Compare these three duplicates – each is for an identical event and from well-known event APIs.

alt

PredictHQ has more than a hundred different systems and models running to identify and automatically remove duplicates and all events are stored in a single event API.

Verifying and enriching

You’ve aggregated many events, cleaned and standardized them, and removed all the duplicates, spam, add-ons, virtual only and other misleading events. A lot of the verification work is done, but you still need to confirm an event is actually going to take place as the event record you’ve found says it will.

There are multiple factors to verify for an event, and each requires its own systems and models.
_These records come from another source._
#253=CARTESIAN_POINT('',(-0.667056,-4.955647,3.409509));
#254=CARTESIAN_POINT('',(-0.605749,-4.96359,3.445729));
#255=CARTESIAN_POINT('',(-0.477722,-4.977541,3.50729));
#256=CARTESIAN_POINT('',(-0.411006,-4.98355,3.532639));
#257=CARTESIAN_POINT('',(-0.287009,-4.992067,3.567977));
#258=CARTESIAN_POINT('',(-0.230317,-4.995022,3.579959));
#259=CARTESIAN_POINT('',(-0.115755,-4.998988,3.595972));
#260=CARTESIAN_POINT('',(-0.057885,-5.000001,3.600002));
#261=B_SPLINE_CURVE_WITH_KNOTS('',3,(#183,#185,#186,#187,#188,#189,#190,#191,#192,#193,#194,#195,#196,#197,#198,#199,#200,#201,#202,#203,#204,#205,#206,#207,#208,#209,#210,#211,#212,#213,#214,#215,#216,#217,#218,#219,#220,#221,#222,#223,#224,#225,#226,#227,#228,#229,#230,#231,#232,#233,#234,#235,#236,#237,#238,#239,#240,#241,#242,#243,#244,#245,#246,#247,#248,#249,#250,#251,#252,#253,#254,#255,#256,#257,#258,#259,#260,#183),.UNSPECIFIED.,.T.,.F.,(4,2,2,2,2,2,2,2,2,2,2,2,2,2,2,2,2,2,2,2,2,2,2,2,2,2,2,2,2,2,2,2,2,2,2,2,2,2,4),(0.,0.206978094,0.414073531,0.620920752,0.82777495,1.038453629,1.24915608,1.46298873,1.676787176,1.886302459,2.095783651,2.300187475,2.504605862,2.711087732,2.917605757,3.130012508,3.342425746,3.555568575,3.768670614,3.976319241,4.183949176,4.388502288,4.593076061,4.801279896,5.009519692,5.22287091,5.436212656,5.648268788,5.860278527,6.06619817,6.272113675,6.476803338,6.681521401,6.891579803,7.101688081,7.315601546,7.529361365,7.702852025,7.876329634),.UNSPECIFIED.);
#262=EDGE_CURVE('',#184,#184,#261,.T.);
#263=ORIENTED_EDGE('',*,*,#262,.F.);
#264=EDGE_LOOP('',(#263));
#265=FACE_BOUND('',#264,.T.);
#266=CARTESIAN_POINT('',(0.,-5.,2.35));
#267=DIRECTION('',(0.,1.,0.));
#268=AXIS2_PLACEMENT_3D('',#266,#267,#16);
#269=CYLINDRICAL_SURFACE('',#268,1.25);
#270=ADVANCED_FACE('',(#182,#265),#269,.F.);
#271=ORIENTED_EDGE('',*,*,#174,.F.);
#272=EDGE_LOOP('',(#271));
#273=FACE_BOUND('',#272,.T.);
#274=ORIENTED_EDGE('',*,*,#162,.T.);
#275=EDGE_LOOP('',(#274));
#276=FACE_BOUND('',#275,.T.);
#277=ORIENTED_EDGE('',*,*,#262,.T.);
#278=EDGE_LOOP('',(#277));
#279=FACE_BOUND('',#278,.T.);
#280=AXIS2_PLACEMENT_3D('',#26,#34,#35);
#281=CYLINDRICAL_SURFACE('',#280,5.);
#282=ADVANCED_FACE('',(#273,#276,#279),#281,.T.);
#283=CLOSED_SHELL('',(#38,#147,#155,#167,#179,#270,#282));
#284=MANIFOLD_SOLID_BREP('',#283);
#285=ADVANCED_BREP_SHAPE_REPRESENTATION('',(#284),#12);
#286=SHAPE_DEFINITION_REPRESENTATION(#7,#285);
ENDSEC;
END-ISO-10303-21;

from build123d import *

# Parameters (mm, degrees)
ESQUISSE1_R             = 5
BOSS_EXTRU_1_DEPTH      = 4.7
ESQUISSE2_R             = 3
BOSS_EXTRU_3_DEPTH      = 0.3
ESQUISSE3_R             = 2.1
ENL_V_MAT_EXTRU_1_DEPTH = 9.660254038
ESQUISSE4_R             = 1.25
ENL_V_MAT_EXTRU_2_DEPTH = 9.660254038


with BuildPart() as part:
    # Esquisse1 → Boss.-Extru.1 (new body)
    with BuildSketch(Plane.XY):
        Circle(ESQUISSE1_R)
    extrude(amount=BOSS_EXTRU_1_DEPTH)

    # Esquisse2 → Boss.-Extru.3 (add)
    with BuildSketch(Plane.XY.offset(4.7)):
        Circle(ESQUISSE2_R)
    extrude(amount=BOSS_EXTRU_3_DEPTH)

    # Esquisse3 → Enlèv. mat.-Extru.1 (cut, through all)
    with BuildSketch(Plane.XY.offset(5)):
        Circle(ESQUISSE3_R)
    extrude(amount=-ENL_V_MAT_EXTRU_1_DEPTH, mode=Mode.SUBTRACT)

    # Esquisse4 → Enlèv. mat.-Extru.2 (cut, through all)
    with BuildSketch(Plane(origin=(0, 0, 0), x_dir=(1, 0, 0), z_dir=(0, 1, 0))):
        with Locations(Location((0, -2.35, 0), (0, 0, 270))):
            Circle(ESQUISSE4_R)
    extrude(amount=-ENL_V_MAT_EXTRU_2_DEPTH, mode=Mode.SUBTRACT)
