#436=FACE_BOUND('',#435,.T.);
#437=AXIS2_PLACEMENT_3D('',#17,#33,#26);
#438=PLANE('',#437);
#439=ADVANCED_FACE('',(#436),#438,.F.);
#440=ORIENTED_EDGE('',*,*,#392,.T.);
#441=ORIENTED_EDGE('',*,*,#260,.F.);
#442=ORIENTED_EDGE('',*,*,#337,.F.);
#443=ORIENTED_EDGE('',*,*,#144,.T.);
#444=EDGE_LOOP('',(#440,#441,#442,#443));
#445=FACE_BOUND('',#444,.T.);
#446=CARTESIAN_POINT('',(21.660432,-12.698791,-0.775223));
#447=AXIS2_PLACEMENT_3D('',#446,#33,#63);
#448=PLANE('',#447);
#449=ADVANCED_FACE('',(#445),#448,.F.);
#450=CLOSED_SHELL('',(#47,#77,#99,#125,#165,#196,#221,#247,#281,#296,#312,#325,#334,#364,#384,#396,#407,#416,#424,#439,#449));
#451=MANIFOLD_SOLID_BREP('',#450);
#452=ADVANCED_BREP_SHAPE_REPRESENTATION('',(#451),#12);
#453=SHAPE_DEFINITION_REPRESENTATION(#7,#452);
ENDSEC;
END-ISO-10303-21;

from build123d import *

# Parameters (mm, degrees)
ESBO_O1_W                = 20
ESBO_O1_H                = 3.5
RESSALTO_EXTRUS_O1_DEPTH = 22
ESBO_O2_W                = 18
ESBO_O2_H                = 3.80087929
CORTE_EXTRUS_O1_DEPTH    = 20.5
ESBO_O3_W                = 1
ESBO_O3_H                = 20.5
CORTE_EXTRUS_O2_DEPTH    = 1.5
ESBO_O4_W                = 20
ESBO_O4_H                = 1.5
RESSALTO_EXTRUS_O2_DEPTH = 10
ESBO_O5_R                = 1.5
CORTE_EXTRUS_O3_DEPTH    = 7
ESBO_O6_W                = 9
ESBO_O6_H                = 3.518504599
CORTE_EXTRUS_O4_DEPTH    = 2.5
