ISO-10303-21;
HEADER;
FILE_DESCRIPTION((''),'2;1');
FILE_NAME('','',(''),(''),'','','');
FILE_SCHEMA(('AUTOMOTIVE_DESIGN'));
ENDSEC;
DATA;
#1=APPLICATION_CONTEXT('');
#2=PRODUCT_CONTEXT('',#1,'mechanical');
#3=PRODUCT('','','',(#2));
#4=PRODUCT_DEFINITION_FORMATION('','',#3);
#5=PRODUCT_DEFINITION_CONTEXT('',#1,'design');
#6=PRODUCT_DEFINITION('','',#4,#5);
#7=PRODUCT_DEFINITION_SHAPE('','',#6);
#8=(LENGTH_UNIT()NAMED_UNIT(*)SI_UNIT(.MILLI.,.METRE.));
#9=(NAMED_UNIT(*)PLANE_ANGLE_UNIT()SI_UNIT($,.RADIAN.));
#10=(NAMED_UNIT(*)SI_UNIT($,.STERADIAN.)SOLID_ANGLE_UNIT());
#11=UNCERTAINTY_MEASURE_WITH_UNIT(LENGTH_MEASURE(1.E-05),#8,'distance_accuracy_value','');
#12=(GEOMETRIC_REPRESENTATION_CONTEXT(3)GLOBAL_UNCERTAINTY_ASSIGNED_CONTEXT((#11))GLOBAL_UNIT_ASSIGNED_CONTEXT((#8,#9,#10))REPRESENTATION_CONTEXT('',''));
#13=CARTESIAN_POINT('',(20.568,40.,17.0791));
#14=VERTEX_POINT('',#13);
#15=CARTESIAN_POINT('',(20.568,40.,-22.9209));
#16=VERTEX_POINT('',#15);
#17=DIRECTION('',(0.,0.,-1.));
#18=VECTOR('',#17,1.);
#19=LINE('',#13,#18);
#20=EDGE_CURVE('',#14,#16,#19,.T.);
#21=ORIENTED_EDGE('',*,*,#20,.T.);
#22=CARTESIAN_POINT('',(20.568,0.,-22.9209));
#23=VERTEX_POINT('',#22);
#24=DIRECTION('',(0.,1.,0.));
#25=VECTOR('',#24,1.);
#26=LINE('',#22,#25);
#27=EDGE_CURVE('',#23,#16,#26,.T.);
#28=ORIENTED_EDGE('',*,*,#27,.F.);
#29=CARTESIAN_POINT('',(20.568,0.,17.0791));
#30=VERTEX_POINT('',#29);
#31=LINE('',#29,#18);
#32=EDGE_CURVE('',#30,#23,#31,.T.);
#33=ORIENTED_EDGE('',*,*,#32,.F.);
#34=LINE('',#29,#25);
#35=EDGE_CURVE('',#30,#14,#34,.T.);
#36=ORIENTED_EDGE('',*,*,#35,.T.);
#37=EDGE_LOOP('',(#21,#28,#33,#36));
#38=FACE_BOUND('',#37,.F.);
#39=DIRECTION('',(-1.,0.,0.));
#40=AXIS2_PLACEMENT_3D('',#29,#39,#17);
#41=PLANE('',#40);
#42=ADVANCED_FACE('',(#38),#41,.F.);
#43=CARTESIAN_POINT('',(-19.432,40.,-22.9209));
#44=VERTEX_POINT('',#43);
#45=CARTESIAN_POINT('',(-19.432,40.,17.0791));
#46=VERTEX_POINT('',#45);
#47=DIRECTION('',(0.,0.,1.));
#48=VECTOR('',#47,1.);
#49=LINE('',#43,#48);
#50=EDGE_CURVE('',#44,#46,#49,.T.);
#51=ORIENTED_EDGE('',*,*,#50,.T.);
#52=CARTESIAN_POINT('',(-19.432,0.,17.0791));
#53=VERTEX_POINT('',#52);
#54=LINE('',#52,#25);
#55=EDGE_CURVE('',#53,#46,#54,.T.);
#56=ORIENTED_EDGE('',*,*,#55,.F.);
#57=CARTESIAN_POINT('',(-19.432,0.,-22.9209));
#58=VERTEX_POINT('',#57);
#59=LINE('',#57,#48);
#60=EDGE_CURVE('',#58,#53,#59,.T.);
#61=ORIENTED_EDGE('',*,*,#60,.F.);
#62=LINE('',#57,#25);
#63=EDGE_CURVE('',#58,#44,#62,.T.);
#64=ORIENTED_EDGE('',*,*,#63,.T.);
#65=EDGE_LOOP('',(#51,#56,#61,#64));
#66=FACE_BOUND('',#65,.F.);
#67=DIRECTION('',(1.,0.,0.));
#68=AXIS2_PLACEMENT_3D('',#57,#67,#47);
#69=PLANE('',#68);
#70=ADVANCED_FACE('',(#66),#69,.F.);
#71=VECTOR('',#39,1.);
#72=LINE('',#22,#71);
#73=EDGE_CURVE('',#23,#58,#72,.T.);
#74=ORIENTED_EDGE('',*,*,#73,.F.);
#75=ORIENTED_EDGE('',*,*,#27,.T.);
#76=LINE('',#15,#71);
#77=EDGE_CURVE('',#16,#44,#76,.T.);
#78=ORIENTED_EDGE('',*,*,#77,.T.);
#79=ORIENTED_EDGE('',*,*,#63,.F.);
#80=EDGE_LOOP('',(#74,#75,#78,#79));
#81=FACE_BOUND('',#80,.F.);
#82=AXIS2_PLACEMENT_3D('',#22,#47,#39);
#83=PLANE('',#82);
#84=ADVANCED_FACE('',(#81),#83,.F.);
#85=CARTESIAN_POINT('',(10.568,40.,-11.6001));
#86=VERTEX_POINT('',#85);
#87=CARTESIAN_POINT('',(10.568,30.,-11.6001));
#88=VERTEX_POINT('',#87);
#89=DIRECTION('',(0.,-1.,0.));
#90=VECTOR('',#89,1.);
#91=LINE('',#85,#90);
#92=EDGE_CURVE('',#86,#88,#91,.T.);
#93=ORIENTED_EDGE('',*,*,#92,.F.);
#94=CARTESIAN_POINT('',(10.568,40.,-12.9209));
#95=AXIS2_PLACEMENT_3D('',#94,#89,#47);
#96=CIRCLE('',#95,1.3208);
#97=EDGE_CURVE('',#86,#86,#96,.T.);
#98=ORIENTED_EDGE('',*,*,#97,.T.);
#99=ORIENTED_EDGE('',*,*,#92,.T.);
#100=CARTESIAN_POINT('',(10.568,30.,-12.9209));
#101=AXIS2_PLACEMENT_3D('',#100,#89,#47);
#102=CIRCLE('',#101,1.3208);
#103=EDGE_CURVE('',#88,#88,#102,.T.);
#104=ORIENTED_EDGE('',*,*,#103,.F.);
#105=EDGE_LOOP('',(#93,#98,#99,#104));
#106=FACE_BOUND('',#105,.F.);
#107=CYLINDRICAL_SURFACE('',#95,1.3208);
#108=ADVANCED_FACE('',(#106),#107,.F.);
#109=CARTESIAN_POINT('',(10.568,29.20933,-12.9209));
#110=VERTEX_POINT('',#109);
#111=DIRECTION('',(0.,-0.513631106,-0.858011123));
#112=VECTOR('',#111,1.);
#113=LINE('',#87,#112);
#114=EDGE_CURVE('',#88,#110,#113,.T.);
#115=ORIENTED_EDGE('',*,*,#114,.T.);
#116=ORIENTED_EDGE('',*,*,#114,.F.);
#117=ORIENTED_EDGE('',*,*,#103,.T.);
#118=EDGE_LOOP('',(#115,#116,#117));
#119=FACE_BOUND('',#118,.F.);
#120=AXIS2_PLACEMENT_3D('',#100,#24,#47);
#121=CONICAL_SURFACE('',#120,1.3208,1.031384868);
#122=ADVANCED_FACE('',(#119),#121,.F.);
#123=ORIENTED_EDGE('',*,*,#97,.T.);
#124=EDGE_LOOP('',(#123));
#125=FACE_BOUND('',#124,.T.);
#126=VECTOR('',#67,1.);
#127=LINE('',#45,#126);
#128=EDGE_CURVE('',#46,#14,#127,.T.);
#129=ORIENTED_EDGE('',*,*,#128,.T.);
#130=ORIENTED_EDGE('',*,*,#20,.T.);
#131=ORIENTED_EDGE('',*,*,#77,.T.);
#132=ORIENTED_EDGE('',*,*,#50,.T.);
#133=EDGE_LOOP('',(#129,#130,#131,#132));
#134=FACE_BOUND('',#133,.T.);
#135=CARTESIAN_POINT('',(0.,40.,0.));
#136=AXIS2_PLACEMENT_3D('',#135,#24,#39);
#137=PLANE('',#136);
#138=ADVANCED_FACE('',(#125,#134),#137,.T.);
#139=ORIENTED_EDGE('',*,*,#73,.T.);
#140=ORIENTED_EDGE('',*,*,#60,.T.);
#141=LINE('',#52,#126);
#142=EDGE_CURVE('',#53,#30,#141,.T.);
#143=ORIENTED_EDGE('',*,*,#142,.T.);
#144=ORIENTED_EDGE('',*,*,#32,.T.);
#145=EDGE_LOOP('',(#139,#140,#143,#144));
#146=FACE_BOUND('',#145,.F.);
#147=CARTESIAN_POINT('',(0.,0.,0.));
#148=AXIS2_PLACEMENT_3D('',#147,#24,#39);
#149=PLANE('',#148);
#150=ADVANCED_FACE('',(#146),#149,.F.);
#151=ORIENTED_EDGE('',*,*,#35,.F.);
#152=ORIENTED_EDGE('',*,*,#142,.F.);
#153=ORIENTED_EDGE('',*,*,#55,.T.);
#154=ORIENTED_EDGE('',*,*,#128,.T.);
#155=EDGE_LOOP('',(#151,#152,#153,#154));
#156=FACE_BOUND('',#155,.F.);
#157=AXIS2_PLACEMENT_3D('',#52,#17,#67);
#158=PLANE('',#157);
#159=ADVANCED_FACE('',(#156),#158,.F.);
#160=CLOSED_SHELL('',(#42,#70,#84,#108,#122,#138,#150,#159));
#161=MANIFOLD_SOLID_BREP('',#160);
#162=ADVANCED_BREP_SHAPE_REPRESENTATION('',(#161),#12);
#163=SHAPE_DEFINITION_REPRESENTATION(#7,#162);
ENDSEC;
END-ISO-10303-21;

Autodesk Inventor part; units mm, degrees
ref_plane "YZ Plane" through (0, 0, 0) normal (1, 0, 0) x (0, 1, 0)
ref_plane "XZ Plane" through (0, 0, 0) normal (0, 1, 0) x (-1, 0, 0)
ref_plane "XY Plane" through (0, 0, 0) normal (0, 0, 1) x (1, 0, 0)
sketch "Sketch1" plane through (0, 0, 0) normal (0, 1, 0) x (-1, 0, 0)
  line L0 (19.432, 17.0791) -> (-20.568, 17.0791)
  line L1 (-20.568, 17.0791) -> (-20.568, -22.9209)
  line L2 (-20.568, -22.9209) -> (19.432, -22.9209)
  line L3 (19.432, -22.9209) -> (19.432, 17.0791)
  point P0 (0, 0)
  dimension "d0" = 40
  dimension "d1" = 40
extrude "Extrusion1" add sketch "Sketch1" along normal blind 40
sketch "Sketch2" plane through (0, 40, 0) normal (0, 1, 0) x (1, 0, 0)
  line L0 (20.568, 22.9209) -> (-19.432, 22.9209) projected
  line L1 (20.568, -17.0791) -> (20.568, 22.9209) projected
  point P0 (0, 0)
  point P1 (10.568, 12.9209)
  dimension "d4" = 10
  dimension "d5" = 10
hole "Hole1" at (10.568, 40, -12.9209) direction (0, -1, 0) diameter 2.6416 depth 10 tip angle 118.188 thread size "6-32 UNC" class "2B" standard "ANSI Unified Screw Threads"
properties part number "CalibCube"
These include:

  • Whether the event’s location venue exists

  • If the location’s address is accurate

  • If the event’s location matches its geocoding

  • If the venue capacity and the available tickets/attendance statistics match

  • If the event is a stand-alone and not part of a bigger event (which can cause double counting)

And that’s only the most obvious elements that require verification. PredictHQ’s systems update or add geocoding on about 50% of events, and delete at least one in five each month for a range of issues.

Ranking

Once you have your cleaned, de-duped and verified data, you’ll still be stuck with more than 10,000 events per major city per month if you are targeting meaningful coverage.

You’ll need a way to make sense of which events are worth your team’s attention, and which ones can safely be ignored.

That’s why PredictHQ’s ranking technology is so important – it helps you find the signal in the noise. Without it, there is no way to reliably know which events your team should update their forecasts and plans for. It’s not just large events that are important, smaller events can combine with outsize impact to create perfect storms of demand.

Give your data team half of their working week back

All of the above steps are time consuming and costly. We know, because we’ve built all these and more into our event processing pipeline. And we know because some of our largest customers at first tried to build their own event driven demand intelligence engines, costing months of lost time for senior data scientists and developers, and millions of dollars only to find it was constantly becoming more complex.

Intelligent event data is our core business. We look after it for you so you can take the high quality data and create models that directly enhance your company’s services and results.

Let your data scientists do their best work, rather than have them stuck cleaning data. Especially in today’s hyper competitive environment for recruiting and retaining data scientists – you want to enable them to do the exciting and innovative work they became data scientists to do.